Skip to main content

NRF discouraged by delay of swipe-fee legislation

3/16/2011

WASHINGTON — The National Retail Federation said legislation introduced Tuesday to delay swipe fee reform, which is scheduled to go into effect this summer, would block retailers from giving discounts to consumers who use debit cards and would cost merchants and the public more than $1 billion per month.


“We are extremely surprised to see a bill introduced that favors Wall Street banks and price-fixing card companies over Main Street merchants and their customers,” NRF SVP and general counsel Mallory Duncan said. “Merchants are ready to pass lower swipe fees along to consumers in the form of discounts and other benefits as soon as reform goes into effect in July, but we can’t do that if Congress lets bankers stand in the way.”


Sen. Jon Tester, D-Va., introduced the Debit Interchange Fee Study Act of 2011, which would postpone swipe fee reductions included in last year’s Dodd-Frank Wall Street Reform and Consumer Protection Act by two years, and would require a study of the issue. Meanwhile, some members of the House Financial Services Committee reportedly are planning to introduce a bill calling for a one-year delay and a study.

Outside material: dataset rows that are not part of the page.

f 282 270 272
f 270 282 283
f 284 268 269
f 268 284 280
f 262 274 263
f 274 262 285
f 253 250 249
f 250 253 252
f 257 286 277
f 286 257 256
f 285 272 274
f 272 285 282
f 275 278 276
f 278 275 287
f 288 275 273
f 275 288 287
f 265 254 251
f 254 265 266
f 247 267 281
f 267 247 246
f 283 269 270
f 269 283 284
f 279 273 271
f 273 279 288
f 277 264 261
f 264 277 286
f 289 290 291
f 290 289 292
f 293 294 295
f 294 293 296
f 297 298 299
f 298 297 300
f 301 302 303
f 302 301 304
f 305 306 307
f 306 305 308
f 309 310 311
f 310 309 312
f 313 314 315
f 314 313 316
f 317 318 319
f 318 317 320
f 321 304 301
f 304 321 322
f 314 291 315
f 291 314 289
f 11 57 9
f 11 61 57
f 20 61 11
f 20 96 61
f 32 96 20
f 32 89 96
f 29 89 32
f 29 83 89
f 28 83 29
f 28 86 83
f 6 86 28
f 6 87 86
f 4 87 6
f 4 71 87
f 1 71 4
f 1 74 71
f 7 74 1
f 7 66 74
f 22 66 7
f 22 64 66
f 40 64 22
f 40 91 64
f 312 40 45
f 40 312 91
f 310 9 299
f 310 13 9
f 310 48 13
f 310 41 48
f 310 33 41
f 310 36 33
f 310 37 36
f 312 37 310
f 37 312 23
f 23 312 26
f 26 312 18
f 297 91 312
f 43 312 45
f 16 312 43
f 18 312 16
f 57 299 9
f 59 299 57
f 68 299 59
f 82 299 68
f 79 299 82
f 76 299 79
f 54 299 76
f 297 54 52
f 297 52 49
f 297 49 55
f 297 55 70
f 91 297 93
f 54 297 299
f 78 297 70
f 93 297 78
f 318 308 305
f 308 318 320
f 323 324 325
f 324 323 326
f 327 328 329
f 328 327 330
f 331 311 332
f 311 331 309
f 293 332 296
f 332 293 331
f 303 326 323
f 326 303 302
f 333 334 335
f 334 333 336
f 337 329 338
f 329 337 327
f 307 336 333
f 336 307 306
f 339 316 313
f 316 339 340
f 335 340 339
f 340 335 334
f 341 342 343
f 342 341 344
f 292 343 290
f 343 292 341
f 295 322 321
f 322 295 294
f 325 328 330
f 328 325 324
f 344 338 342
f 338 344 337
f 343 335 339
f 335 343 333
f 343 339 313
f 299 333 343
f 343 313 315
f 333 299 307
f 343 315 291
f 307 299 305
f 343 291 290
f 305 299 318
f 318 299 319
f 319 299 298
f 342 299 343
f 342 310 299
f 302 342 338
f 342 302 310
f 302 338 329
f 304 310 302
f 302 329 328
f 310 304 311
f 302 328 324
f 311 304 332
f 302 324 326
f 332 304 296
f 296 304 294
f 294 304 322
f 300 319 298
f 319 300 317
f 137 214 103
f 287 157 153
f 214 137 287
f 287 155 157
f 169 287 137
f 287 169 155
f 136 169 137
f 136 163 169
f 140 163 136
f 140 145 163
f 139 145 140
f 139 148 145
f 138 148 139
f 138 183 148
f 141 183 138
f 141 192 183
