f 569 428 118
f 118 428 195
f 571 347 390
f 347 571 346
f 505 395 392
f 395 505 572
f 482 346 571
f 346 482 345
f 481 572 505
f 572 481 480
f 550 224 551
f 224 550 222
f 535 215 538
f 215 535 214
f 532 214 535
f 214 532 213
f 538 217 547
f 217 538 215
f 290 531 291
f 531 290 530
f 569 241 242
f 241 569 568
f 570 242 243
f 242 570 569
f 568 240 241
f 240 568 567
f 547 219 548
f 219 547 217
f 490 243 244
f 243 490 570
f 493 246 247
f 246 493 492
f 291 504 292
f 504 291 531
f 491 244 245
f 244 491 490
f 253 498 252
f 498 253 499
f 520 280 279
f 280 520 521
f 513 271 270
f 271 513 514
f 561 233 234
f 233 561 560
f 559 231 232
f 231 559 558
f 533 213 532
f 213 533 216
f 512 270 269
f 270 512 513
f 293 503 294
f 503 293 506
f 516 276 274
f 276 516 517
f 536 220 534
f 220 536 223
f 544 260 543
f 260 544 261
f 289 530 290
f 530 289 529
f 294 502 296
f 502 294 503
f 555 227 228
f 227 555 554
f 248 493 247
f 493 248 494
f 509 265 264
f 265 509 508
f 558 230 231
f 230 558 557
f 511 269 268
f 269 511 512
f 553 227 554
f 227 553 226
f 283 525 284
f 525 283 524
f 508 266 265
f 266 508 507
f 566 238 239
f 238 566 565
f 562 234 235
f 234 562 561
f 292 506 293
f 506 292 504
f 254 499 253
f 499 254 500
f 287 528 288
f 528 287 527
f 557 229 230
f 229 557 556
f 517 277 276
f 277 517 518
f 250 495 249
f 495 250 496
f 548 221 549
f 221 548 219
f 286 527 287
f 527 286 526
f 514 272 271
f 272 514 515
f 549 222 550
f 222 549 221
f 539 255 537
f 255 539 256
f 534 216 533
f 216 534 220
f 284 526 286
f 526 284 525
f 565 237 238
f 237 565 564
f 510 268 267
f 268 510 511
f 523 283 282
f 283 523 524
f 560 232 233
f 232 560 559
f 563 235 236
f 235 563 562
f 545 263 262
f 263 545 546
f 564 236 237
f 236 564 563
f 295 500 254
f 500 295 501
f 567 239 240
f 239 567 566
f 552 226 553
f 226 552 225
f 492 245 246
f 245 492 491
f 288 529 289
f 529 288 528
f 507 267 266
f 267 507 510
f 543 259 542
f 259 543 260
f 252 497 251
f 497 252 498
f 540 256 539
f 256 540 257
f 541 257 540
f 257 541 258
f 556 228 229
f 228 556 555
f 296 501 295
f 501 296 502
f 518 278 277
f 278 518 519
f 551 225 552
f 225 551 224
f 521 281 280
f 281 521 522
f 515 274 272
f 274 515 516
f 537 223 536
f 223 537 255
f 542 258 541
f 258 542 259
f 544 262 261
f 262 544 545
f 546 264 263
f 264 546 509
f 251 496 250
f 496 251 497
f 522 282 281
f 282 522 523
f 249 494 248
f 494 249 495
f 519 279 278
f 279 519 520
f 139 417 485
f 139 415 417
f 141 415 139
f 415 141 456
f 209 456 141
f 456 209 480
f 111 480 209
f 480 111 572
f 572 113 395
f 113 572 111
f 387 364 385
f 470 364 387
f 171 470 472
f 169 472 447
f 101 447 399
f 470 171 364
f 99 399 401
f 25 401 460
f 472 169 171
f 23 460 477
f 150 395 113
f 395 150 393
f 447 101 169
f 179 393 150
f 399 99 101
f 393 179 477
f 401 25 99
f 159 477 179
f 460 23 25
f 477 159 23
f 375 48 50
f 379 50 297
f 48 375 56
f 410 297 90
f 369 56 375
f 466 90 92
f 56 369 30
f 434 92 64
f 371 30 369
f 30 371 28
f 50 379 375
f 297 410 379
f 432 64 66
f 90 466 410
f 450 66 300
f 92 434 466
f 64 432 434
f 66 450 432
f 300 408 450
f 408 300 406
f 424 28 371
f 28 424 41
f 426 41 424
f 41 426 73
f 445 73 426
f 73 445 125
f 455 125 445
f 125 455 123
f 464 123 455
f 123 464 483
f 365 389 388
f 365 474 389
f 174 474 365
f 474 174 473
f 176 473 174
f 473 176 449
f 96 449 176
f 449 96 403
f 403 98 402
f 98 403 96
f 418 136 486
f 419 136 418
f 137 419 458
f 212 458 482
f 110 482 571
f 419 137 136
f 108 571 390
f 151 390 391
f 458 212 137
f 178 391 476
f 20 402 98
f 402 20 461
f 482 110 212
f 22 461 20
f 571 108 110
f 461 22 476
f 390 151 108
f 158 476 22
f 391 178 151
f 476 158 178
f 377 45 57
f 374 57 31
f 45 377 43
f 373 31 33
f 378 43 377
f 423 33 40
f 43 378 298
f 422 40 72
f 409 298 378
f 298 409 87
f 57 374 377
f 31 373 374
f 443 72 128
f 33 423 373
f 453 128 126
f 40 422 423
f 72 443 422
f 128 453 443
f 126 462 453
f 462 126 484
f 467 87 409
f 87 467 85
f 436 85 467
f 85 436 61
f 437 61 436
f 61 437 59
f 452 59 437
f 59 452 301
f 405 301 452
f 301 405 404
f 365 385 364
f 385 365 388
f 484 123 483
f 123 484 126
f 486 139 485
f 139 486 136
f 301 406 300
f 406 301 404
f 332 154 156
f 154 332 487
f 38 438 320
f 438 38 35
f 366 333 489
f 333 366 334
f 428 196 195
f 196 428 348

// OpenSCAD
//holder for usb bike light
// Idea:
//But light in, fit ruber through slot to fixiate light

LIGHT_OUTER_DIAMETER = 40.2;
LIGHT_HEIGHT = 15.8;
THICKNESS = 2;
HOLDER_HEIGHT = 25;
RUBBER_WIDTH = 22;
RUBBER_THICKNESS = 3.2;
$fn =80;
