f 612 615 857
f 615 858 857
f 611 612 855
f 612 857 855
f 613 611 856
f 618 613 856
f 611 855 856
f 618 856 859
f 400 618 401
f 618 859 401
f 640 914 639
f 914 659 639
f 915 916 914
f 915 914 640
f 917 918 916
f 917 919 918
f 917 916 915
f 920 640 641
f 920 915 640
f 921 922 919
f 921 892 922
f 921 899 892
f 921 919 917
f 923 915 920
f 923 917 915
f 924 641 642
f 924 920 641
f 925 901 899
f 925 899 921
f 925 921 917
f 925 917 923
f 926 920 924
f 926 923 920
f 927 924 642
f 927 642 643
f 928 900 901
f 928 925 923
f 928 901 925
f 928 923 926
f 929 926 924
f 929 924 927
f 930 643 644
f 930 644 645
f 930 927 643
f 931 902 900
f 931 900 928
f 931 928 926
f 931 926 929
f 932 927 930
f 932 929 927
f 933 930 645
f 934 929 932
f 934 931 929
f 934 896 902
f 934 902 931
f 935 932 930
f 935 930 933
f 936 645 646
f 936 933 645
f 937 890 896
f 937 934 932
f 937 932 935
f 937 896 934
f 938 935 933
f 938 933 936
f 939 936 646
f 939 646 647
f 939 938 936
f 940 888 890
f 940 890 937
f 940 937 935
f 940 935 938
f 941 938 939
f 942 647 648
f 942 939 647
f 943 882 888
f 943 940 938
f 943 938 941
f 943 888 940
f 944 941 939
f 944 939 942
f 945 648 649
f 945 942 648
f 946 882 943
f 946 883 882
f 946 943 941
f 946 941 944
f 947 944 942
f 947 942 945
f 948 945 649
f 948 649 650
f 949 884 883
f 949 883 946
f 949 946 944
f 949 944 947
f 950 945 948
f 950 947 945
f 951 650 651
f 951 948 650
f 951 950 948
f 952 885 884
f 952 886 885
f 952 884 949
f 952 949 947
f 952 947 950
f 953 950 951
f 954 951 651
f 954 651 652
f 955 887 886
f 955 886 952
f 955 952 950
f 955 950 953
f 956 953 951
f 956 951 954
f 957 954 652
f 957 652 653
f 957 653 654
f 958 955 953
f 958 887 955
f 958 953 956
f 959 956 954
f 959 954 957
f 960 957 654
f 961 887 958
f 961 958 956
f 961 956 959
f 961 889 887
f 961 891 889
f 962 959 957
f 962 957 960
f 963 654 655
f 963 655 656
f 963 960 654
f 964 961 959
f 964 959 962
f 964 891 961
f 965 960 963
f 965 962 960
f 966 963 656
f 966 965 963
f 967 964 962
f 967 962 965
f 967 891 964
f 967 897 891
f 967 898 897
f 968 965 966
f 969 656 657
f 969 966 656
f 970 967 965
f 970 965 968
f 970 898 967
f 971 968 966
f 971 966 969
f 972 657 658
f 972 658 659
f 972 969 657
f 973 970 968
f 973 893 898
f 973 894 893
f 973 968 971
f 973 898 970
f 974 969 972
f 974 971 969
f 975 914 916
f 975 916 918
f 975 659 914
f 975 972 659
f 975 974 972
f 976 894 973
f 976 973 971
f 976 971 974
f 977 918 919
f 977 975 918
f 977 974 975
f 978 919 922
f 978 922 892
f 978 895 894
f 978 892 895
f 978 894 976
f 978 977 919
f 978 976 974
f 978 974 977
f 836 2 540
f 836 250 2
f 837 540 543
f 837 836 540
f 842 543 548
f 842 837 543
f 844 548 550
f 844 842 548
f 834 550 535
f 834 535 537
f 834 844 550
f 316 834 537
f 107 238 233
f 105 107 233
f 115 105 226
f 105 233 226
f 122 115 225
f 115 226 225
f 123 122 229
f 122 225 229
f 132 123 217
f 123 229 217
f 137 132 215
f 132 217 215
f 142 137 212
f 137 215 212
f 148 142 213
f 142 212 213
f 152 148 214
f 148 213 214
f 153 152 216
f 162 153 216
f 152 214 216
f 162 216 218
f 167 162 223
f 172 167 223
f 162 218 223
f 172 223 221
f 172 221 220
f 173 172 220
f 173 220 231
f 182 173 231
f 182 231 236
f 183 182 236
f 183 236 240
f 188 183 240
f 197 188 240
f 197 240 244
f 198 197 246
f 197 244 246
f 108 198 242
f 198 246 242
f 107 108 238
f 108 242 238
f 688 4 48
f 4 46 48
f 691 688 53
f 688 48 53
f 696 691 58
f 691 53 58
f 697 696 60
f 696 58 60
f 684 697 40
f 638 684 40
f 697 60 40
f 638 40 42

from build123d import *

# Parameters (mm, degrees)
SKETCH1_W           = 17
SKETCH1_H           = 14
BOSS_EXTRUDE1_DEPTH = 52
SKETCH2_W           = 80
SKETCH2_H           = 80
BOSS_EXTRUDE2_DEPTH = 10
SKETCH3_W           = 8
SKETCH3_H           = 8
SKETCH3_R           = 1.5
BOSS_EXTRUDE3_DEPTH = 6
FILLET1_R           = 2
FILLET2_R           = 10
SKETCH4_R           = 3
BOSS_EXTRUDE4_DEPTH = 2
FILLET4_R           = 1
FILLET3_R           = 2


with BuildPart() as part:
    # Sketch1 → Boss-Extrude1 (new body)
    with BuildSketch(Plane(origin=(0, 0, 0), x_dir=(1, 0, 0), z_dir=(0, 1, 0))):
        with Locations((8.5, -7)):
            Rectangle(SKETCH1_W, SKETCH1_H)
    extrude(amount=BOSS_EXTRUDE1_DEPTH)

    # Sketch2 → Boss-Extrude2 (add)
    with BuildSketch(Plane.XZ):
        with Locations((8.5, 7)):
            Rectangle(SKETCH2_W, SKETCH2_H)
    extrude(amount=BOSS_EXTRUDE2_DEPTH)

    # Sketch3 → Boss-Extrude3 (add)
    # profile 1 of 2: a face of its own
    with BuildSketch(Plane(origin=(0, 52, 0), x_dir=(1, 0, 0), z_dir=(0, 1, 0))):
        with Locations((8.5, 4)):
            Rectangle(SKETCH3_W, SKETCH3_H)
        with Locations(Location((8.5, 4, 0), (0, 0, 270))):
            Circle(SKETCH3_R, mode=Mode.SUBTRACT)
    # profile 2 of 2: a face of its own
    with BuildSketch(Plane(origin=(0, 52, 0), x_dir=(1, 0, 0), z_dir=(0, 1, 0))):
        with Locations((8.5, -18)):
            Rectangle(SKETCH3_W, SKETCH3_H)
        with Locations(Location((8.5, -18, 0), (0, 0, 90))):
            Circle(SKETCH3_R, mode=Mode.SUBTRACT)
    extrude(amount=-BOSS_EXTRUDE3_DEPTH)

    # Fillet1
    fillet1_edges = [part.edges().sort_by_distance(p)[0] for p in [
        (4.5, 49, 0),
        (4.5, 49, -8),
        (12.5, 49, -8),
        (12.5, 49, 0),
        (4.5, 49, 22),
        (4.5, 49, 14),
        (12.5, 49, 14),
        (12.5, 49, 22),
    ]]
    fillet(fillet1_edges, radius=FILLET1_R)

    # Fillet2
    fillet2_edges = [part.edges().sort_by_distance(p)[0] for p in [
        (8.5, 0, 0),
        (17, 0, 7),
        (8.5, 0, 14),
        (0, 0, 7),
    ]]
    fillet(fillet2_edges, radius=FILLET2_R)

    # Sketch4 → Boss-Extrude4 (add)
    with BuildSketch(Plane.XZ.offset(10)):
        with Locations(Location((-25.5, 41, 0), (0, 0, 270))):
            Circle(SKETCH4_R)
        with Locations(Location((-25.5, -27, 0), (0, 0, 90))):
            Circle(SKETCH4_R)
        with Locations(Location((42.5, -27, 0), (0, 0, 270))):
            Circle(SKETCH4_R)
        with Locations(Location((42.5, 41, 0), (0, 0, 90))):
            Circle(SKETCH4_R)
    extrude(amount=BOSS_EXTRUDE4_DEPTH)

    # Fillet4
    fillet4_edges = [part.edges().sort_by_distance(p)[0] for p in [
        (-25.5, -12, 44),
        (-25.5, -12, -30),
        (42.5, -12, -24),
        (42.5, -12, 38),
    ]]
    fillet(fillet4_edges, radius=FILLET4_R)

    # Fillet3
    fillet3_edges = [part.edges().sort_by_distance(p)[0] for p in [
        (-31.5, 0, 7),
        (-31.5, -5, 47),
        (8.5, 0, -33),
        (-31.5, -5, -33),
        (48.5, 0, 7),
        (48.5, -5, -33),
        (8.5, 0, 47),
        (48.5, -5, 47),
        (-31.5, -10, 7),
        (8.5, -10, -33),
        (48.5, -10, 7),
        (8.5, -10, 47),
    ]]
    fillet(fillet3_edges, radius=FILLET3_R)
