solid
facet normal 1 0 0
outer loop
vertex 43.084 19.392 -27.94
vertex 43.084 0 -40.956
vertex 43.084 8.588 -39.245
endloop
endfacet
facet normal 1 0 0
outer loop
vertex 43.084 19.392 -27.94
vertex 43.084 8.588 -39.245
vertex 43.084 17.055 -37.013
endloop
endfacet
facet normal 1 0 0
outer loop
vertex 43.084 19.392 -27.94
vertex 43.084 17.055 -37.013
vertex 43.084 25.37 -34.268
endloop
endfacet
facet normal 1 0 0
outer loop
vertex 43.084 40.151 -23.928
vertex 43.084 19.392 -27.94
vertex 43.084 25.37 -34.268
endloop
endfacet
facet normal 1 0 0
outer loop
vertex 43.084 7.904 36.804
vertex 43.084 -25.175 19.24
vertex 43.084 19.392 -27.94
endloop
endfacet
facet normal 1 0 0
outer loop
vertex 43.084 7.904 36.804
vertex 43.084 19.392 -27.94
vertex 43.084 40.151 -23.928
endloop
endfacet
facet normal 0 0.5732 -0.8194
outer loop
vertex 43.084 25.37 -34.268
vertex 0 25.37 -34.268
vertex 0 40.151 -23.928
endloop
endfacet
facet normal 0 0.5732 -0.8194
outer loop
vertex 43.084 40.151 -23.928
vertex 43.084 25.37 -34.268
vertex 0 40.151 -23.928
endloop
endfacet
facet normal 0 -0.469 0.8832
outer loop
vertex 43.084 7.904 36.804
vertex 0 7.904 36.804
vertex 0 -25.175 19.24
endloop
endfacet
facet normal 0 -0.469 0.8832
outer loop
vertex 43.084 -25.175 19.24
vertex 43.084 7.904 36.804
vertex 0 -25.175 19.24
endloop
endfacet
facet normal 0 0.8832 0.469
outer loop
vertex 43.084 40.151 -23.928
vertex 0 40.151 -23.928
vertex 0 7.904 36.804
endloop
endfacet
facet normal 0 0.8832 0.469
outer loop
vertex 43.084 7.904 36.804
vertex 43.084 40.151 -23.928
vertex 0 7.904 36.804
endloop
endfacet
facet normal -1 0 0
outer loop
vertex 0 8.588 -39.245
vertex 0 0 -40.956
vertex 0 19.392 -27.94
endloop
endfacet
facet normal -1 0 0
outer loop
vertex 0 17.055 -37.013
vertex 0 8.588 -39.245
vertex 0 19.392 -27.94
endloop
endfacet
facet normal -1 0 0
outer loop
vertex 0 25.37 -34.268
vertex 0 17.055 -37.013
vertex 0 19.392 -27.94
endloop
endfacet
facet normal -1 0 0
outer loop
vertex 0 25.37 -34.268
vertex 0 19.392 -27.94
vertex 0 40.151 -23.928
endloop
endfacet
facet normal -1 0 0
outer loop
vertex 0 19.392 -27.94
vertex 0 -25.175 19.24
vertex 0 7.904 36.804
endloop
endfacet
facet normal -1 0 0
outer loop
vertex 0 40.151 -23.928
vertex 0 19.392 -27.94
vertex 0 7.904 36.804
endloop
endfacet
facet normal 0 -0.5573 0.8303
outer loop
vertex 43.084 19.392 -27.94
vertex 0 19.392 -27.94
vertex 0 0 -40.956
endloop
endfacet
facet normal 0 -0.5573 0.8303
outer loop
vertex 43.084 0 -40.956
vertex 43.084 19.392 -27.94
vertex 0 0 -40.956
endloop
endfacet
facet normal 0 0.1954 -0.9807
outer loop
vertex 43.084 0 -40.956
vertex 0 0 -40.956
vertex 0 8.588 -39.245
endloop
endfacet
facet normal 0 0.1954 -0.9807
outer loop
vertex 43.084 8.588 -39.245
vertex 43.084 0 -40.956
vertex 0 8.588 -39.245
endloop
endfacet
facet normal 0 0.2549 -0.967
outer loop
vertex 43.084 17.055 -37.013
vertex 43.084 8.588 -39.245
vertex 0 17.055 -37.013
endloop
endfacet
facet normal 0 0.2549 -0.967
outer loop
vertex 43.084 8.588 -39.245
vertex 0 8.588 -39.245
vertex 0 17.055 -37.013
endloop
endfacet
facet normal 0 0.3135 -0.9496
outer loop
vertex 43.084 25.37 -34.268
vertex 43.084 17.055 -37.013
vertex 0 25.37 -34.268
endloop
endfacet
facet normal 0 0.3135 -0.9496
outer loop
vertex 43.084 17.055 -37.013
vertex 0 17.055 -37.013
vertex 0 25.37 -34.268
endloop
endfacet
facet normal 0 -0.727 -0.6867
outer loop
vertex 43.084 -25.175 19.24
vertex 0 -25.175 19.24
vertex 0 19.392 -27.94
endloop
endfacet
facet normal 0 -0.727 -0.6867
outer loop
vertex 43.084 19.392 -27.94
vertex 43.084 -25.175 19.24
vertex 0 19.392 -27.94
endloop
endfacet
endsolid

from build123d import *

# Parameters (mm, degrees)
F1_DEPTH = 43.084349


with BuildPart() as f1:
    # F0 (on Right) → F1 (new body)
    with BuildSketch(Plane.YZ):
        with BuildLine():
            ThreePointArc((0, -40.956058), (12.838283, -38.193702), (25.369942, -34.268193))
            Line((25.369942, -34.268193), (19.392215, -27.939987))
            Line((19.392215, -27.939987), (0, -40.956058))
        make_face()
        Polygon((19.392215, -27.939987), (25.369942, -34.268193), (40.151024, -23.927731), (25.369942, -23.927731), align=None)
        Polygon((-25.174692, 19.239914), (19.392215, -27.939987), (25.369942, -23.927731), (40.151024, -23.927731), (7.903695, 36.803901), align=None)
    extrude(amount=F1_DEPTH)


solid = f1.part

Regulations proposed by the Federal Reserve in December 2010 to implement Dodd-Frank would lower debit card swipe fees from their current level of 1% to 2% of each transaction to a flat fee of no more than 12 cents per transaction for large banks that adhere to fees set by the card companies. Banks that set their own rates would be free to charge any fee they believe the market would bear. The move would reduce the current $20 billion a year in debit swipe fees by about 70%, or $1.2 billion a month. The Federal Reserve is scheduled to issue a final version of the regulations in April, and the reforms are set to take effect in July.

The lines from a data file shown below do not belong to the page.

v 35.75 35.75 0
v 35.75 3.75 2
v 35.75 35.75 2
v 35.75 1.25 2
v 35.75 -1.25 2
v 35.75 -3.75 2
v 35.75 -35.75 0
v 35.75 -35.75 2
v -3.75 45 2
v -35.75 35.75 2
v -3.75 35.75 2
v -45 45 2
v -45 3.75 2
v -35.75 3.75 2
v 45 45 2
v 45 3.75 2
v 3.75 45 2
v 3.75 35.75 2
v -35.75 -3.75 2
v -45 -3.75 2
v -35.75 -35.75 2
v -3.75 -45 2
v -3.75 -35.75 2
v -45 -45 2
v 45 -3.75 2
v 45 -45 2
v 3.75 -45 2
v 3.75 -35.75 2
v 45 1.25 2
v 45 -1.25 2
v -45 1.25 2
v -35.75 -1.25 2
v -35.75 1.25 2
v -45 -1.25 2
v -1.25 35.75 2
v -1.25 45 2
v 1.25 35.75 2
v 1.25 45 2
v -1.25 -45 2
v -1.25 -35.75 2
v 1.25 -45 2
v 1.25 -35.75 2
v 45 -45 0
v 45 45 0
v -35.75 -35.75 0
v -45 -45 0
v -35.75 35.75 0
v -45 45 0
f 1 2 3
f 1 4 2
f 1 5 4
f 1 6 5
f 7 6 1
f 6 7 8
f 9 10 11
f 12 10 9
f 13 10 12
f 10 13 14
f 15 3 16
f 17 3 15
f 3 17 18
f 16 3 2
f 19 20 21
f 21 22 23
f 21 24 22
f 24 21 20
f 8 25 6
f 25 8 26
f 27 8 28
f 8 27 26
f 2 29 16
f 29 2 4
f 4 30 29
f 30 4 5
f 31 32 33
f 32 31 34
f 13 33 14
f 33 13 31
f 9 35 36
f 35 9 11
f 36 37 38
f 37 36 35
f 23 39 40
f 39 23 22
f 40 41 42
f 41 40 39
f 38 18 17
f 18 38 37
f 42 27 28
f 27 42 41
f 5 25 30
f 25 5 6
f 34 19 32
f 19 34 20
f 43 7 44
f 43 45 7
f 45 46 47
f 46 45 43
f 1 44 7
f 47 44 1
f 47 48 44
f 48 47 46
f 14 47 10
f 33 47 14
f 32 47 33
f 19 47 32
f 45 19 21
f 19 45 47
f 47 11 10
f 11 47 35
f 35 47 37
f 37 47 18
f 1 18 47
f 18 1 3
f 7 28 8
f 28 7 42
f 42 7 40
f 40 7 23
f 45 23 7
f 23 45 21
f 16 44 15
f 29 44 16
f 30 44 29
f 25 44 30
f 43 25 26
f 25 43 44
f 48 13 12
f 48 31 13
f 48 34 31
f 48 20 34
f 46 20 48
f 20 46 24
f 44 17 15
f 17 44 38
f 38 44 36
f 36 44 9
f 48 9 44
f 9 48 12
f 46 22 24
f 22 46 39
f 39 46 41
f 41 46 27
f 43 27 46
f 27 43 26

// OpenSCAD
// Built by bench/smallmodels/features/compiler.py from a list of features.
$fn = 64;
difference() {
  union() {
    translate([0, 0, 0]) translate([-45, -45, 0]) cube([90, 90, 2]);
  }
  union() {
    translate([0, 0, 0]) rotate([0, 0, 0]) translate([-35.75, -35.75, 0]) cube([71.5, 71.5, 2]);
    translate([0, -177.5, 2]) rotate([0, 0, 0]) translate([-45, -1.25, 0]) cube([90, 2.5, 38]);
    translate([0, -87.5, 2]) rotate([0, 0, 0]) translate([-45, -1.25, 0]) cube([90, 2.5, 38]);
    translate([0, 2.5, 2]) rotate([0, 0, 0]) translate([-45, -1.25, 0]) cube([90, 2.5, 38]);
    translate([0, 92.5, 2]) rotate([0, 0, 0]) translate([-45, -1.25, 0]) cube([90, 2.5, 38]);
    translate([-177.5, 0, 2]) rotate([0, 0, 0]) translate([-1.25, -45, 0]) cube([2.5, 90, 38]);
    translate([-87.5, 0, 2]) rotate([0, 0, 0]) translate([-1.25, -45, 0]) cube([2.5, 90, 38]);
    translate([2.5, 0, 2]) rotate([0, 0, 0]) translate([-1.25, -45, 0]) cube([2.5, 90, 38]);
    translate([92.5, 0, 2]) rotate([0, 0, 0]) translate([-1.25, -45, 0]) cube([2.5, 90, 38]);
    translate([0, -92.5, 2]) rotate([0, 0, 0]) translate([-45, -1.25, 0]) cube([90, 2.5, 38]);
    translate([0, -2.5, 2]) rotate([0, 0, 0]) translate([-45, -1.25, 0]) cube([90, 2.5, 38]);
    translate([0, 87.5, 2]) rotate([0, 0, 0]) translate([-45, -1.25, 0]) cube([90, 2.5, 38]);
    translate([0, 177.5, 2]) rotate([0, 0, 0]) translate([-45, -1.25, 0]) cube([90, 2.5, 38]);
    translate([-92.5, 0, 2]) rotate([0, 0, 0]) translate([-1.25, -45, 0]) cube([2.5, 90, 38]);
    translate([-2.5, 0, 2]) rotate([0, 0, 0]) translate([-1.25, -45, 0]) cube([2.5, 90, 38]);
    translate([87.5, 0, 2]) rotate([0, 0, 0]) translate([-1.25, -45, 0]) cube([2.5, 90, 38]);
    translate([177.5, 0, 2]) rotate([0, 0, 0]) translate([-1.25, -45, 0]) cube([2.5, 90, 38]);
    translate([-42.5, 0, 32]) rotate([0, 0, 0]) translate([-6, -1.25, 0]) cube([12, 2.5, 8]);
  }
}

NRF filed comments with the Federal Reserve in February arguing that the 12-cent cap doesn’t go far enough. NRF told officials that debit cards are merely plastic checks and should be honored at, or close to, face value since paper checks that draw on the same accounts are not subject to swipe fees. Banks’ own filings with the Federal Reserve claim only 4 cents as the cost of processing a debit transaction.


“The banks and card companies claim they want to study swipe fee reform, but the truth is they want to kill it,” Duncan said. “Congress has already conducted more than half a dozen hearings on this issue, and the [Government Accountability Office] and Federal Reserve have done studies of their own. The time for study is over. The time to reduce these fees and take bankers’ hands out of consumers’ pockets has come.”